KARACHI, Feb 11: To improve the service delivery of the Karachi Water and Sewerage Board, the city government has constituted an 11-member reforms committee with City Nazim Syed Mustafa Kamal in the chair, Dawn learnt reliably.

According to a notification issued by the District Coordination Officer, the committee was formed to counter the persistent lack of governance and improve the service delivery of the water utility.

Other members of the committee include the DCO, KWSB additional vice chairman, EDO Finance, KWSB managing director, DMD (planning) and Chief Engineer (implementation and planning design).

To make this body more representative, balanced and acceptable, two out of 18 town nazims would be included in it of whom one would be from other than the ruling party. Besides, a civil engineer would be a member from the civil society while another member would be taken from the industrial areas.
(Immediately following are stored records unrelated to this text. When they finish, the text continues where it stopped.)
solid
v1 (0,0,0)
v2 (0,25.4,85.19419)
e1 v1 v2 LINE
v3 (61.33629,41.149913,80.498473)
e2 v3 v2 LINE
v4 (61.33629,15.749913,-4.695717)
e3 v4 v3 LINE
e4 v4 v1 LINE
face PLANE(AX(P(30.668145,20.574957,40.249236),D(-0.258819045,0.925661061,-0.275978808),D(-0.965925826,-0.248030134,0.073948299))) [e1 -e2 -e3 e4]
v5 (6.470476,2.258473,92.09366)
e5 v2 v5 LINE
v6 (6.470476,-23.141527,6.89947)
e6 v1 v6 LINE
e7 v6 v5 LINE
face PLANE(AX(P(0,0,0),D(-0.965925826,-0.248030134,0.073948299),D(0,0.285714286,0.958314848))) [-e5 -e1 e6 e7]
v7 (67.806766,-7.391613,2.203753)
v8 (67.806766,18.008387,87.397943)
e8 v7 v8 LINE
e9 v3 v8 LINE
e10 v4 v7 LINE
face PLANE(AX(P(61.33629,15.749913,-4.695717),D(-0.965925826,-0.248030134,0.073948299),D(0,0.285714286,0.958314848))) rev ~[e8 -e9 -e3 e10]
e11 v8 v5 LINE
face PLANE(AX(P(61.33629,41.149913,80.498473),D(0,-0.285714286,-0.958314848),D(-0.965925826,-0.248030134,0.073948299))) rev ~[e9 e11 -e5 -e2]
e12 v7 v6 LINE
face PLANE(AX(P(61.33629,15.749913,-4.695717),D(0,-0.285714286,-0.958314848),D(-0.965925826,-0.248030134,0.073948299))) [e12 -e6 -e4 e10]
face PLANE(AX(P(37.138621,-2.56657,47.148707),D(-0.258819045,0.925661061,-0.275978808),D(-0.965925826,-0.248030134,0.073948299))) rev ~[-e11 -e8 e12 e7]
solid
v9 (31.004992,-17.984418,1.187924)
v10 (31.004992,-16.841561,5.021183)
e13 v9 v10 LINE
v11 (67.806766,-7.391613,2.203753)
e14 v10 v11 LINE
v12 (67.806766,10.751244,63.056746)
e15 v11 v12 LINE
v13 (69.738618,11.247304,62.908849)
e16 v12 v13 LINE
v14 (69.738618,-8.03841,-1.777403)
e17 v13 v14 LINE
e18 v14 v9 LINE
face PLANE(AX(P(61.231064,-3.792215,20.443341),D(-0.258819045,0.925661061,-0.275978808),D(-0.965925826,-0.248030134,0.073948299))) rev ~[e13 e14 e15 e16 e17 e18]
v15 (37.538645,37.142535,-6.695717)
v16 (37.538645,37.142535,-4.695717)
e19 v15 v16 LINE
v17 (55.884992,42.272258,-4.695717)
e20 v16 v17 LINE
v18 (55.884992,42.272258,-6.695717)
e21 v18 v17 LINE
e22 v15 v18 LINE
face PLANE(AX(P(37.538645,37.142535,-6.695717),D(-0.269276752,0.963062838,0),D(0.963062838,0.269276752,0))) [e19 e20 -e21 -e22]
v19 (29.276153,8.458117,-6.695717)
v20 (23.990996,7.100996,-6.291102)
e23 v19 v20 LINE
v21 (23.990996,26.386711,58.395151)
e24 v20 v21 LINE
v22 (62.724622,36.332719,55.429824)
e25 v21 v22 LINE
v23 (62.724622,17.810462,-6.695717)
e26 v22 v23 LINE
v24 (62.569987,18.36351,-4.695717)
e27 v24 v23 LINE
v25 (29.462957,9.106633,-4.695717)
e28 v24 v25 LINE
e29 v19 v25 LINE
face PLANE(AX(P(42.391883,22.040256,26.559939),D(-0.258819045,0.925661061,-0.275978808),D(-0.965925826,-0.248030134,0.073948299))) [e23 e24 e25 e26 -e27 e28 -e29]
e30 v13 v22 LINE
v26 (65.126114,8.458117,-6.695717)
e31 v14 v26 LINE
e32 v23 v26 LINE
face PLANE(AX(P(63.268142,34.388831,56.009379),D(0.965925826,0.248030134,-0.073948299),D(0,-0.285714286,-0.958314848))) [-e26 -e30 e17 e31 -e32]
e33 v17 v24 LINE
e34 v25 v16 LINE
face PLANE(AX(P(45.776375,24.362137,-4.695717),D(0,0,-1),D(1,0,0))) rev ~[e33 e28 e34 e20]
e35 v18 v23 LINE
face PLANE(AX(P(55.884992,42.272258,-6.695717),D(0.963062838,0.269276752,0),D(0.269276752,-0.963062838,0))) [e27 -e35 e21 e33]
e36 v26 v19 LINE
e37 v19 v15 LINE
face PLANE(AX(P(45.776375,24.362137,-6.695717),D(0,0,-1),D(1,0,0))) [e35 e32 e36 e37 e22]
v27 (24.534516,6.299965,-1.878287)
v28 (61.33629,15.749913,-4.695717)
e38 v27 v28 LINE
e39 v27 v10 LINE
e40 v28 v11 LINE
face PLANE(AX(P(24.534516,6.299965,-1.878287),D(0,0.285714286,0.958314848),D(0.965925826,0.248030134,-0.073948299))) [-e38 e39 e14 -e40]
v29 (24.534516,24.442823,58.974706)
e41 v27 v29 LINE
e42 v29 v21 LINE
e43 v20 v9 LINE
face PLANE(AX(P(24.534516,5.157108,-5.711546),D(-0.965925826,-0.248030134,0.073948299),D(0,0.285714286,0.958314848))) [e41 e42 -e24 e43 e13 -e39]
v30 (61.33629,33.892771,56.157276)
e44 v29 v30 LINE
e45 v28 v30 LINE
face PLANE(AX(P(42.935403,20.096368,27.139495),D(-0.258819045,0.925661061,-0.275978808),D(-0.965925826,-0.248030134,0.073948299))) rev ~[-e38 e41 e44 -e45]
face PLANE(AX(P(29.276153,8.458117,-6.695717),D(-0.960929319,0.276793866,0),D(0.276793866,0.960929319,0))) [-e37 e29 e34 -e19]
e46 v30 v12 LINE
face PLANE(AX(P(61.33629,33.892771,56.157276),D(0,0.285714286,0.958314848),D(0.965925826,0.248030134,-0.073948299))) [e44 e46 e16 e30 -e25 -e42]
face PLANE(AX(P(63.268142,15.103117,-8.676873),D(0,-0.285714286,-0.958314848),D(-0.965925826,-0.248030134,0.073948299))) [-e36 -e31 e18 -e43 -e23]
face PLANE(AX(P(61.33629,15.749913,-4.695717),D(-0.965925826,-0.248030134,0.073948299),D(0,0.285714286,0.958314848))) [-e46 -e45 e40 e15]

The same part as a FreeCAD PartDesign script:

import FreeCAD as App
import Part
import Sketcher


def add_polygon(sketch, points):
    """Adds a closed chain of lines whose ends are joined by coincident constraints."""
    first, n = sketch.GeometryCount, len(points)
    for a, b in zip(points, points[1:] + points[:1]):
        sketch.addGeometry(Part.LineSegment(App.Vector(*a, 0), App.Vector(*b, 0)), False)
    for i in range(n):
        sketch.addConstraint(Sketcher.Constraint("Coincident", first + i, 2, first + (i + 1) % n, 1))

doc = App.newDocument("Part")
body = doc.addObject("PartDesign::Body", "Body")

sketch1 = body.newObject("Sketcher::SketchObject", "Sketch")
sketch1.Placement = App.Placement(App.Vector(0, 0, 0), App.Rotation(App.Vector(-0.965925826, -0.248030134, 0.073948299), App.Vector(0, 0.285714286, 0.958314847), App.Vector(-0.258819045, 0.925661061, -0.275978808), "ZXY"))
add_polygon(sketch1, [(-63.5, 88.9), (-63.5, 0), (0, 0), (0, 88.9)])
sketch1.addConstraint([
    Sketcher.Constraint("Vertical", 0),
    Sketcher.Constraint("Horizontal", 1),
    Sketcher.Constraint("Vertical", 2),
    Sketcher.Constraint("Horizontal", 3),
    Sketcher.Constraint("Coincident", 1, 2, -1, 1),
    Sketcher.Constraint("DistanceX", 1, 1, 1, 2, 63.5),
    Sketcher.Constraint("DistanceY", 0, 2, 0, 1, 88.9),
])
pad1 = body.newObject("PartDesign::Pad", "Pad")
pad1.Profile = sketch1
pad1.Length = 25
pad1.Reversed = True
body2 = doc.addObject("PartDesign::Body", "Body001")

sketch2 = body2.newObject("Sketcher::SketchObject", "Sketch001")
sketch2.Placement = App.Placement(App.Vector(0, 0, 0), App.Rotation(App.Vector(-0.965925826, -0.248030134, 0.073948299), App.Vector(0, 0.285714286, 0.958314847), App.Vector(-0.258819045, 0.925661061, -0.275978808), "ZXY"))
add_polygon(sketch2, [(-25.4, 63.5), (-65.5, 63.5), (-65.5, -4), (-25.4, -4)])
sketch2.addConstraint([
    Sketcher.Constraint("Horizontal", 0),
    Sketcher.Constraint("Vertical", 1),
    Sketcher.Constraint("Horizontal", 2),
    Sketcher.Constraint("Vertical", 3),
    Sketcher.Constraint("DistanceX", 0, 2, 0, 1, 40.1),
    Sketcher.Constraint("DistanceY", 1, 2, 1, 1, 67.5),
    Sketcher.Constraint("DistanceY", 1, 2, -1, 1, 4.0),
    Sketcher.Constraint("DistanceX", 0, 2, -1, 1, 65.5),
])
pad2 = body2.newObject("PartDesign::Pad", "Pad001")
pad2.Profile = sketch2
pad2.Length = 2.1

sketch3 = body2.newObject("Sketcher::SketchObject", "Sketch002")
sketch3.Placement = App.Placement(App.Vector(0, 0, 0), App.Rotation(App.Vector(-0.965925826, -0.248030134, 0.073948299), App.Vector(0, 0.285714286, 0.958314847), App.Vector(-0.258819045, 0.925661061, -0.275978808), "ZXY"))
add_polygon(sketch3, [(-63.5, 0), (-63.5, 63.5), (-65.5, 63.5), (-65.5, -4), (-25.4, -4), (-25.4, 0)])
sketch3.addConstraint([
    Sketcher.Constraint("Vertical", 0),
    Sketcher.Constraint("Horizontal", 1),
    Sketcher.Constraint("Vertical", 2),
    Sketcher.Constraint("Horizontal", 3),
    Sketcher.Constraint("Vertical", 4),
    Sketcher.Constraint("Horizontal", 5),
    Sketcher.Constraint("PointOnObject", 4, 2, -1),
    Sketcher.Constraint("DistanceX", 1, 2, 1, 1, 2.0),
    Sketcher.Constraint("DistanceY", 4, 1, 4, 2, 4.0),
    Sketcher.Constraint("DistanceX", 3, 1, 3, 2, 40.1),
    Sketcher.Constraint("DistanceY", 0, 1, 0, 2, 63.5),
    Sketcher.Constraint("DistanceX", 0, 2, -1, 1, 63.5),
])
pad3 = body2.newObject("PartDesign::Pad", "Pad002")
pad3.Profile = sketch3
pad3.Length = 25
pad3.Reversed = True

sketch4 = body2.newObject("Sketcher::SketchObject", "Sketch003")
sketch4.AttachmentSupport = (doc.getObject("XY_Plane001"), [""])
sketch4.MapMode = "FlatFace"
sketch4.AttachmentOffset = App.Placement(App.Vector(0, 0, -6.695717), App.Rotation())
add_polygon(sketch4, [(69.738618, -8.03841), (62.724622, 36.332719), (23.990996, 26.386711), (23.990996, 7.100996), (31.004992, -17.984418)])
sketch4.addConstraint([
    Sketcher.Constraint("Vertical", 2),
    Sketcher.Constraint("Parallel", 1, 4),
    Sketcher.Constraint("Equal", 1, 4),
    Sketcher.Constraint("Distance", 0, 44.92208),
    Sketcher.Constraint("Distance", 1, 39.990209),
    Sketcher.Constraint("DistanceY", 2, 2, 2, 1, 19.285714),
    Sketcher.Constraint("DistanceX", -1, 1, 0, 2, 62.724622),
    Sketcher.Constraint("DistanceY", -1, 1, 0, 2, 36.332719),
    Sketcher.Constraint("DistanceY", -1, 1, 1, 2, 26.386711),
    Sketcher.Constraint("DistanceY", 3, 2, -1, 1, 17.984418),
])
pocket1 = body2.newObject("PartDesign::Pocket", "Pocket")
pocket1.Profile = sketch4
pocket1.Length = 25

sketch5 = body2.newObject("Sketcher::SketchObject", "Sketch004")
sketch5.AttachmentSupport = (doc.getObject("XY_Plane001"), [""])
sketch5.MapMode = "FlatFace"
sketch5.AttachmentOffset = App.Placement(App.Vector(0, 0, -6.695717), App.Rotation())
add_polygon(sketch5, [(55.884992, 42.272258), (62.724622, 17.810462), (29.276153, 8.458117), (37.538645, 37.142535)])
sketch5.addConstraint([
    Sketcher.Constraint("Perpendicular", 0, 1),
    Sketcher.Constraint("Parallel", 1, 3),
    Sketcher.Constraint("Distance", 0, 25.4),
    Sketcher.Constraint("Distance", 3, 19.05),
    Sketcher.Constraint("DistanceX", -1, 1, 0, 2, 62.724622),
    Sketcher.Constraint("DistanceY", -1, 1, 0, 2, 17.810462),
    Sketcher.Constraint("DistanceX", 1, 2, 0, 2, 33.448469),
    Sketcher.Constraint("DistanceY", 1, 2, 2, 2, 28.684418),
])
pad4 = body2.newObject("PartDesign::Pad", "Pad003")
pad4.Profile = sketch5
pad4.Length = 2

doc.recompute()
The terms of reference include revision of the proposals of ‘homegrown’ structural, regulatory and institutional reforms and the proposals of other agencies related to institutional reforms in the KWSB. Besides, it will approve the reforms for implementation on experimental basis and make changes where necessary. After approval, the committee will send these recommendations to the provincial steering committee for the final approval.

Moreover, the committee will arrange and approve the fiscal support for the reforms and review and decide upon the tariff rationalisation or revision to improve the imbalance between expenditure and recoveries.

The committee will also review and approve the proposals related to improvement in revenue and financial management and the key issues hampering the departmental efficiency and decide upon corrective measures.

The formation of the reforms committee is an effort by the civic authorities to correct and improve the functionality of the water utility.

The key issues, which the KWSB management has found responsible for its disorganization include ineffective and non-coherent rules and regulations within the organization and lack of adequate regulations (water bylaws), monitoring and enforcement of rules.

Besides, lack of strategy and ability to transfer knowledge of the aging workforce, lack of assets management and maintenance policy, lack of performance, skill management strategy.

Other issues confronting the water utility include its inability in rationalization of tariff structure, lack of revenue enhancement and collection strategy and poor financial management, tedious financial rules and lack of checks and rationalization of technical manpower and engineers to staff ratio.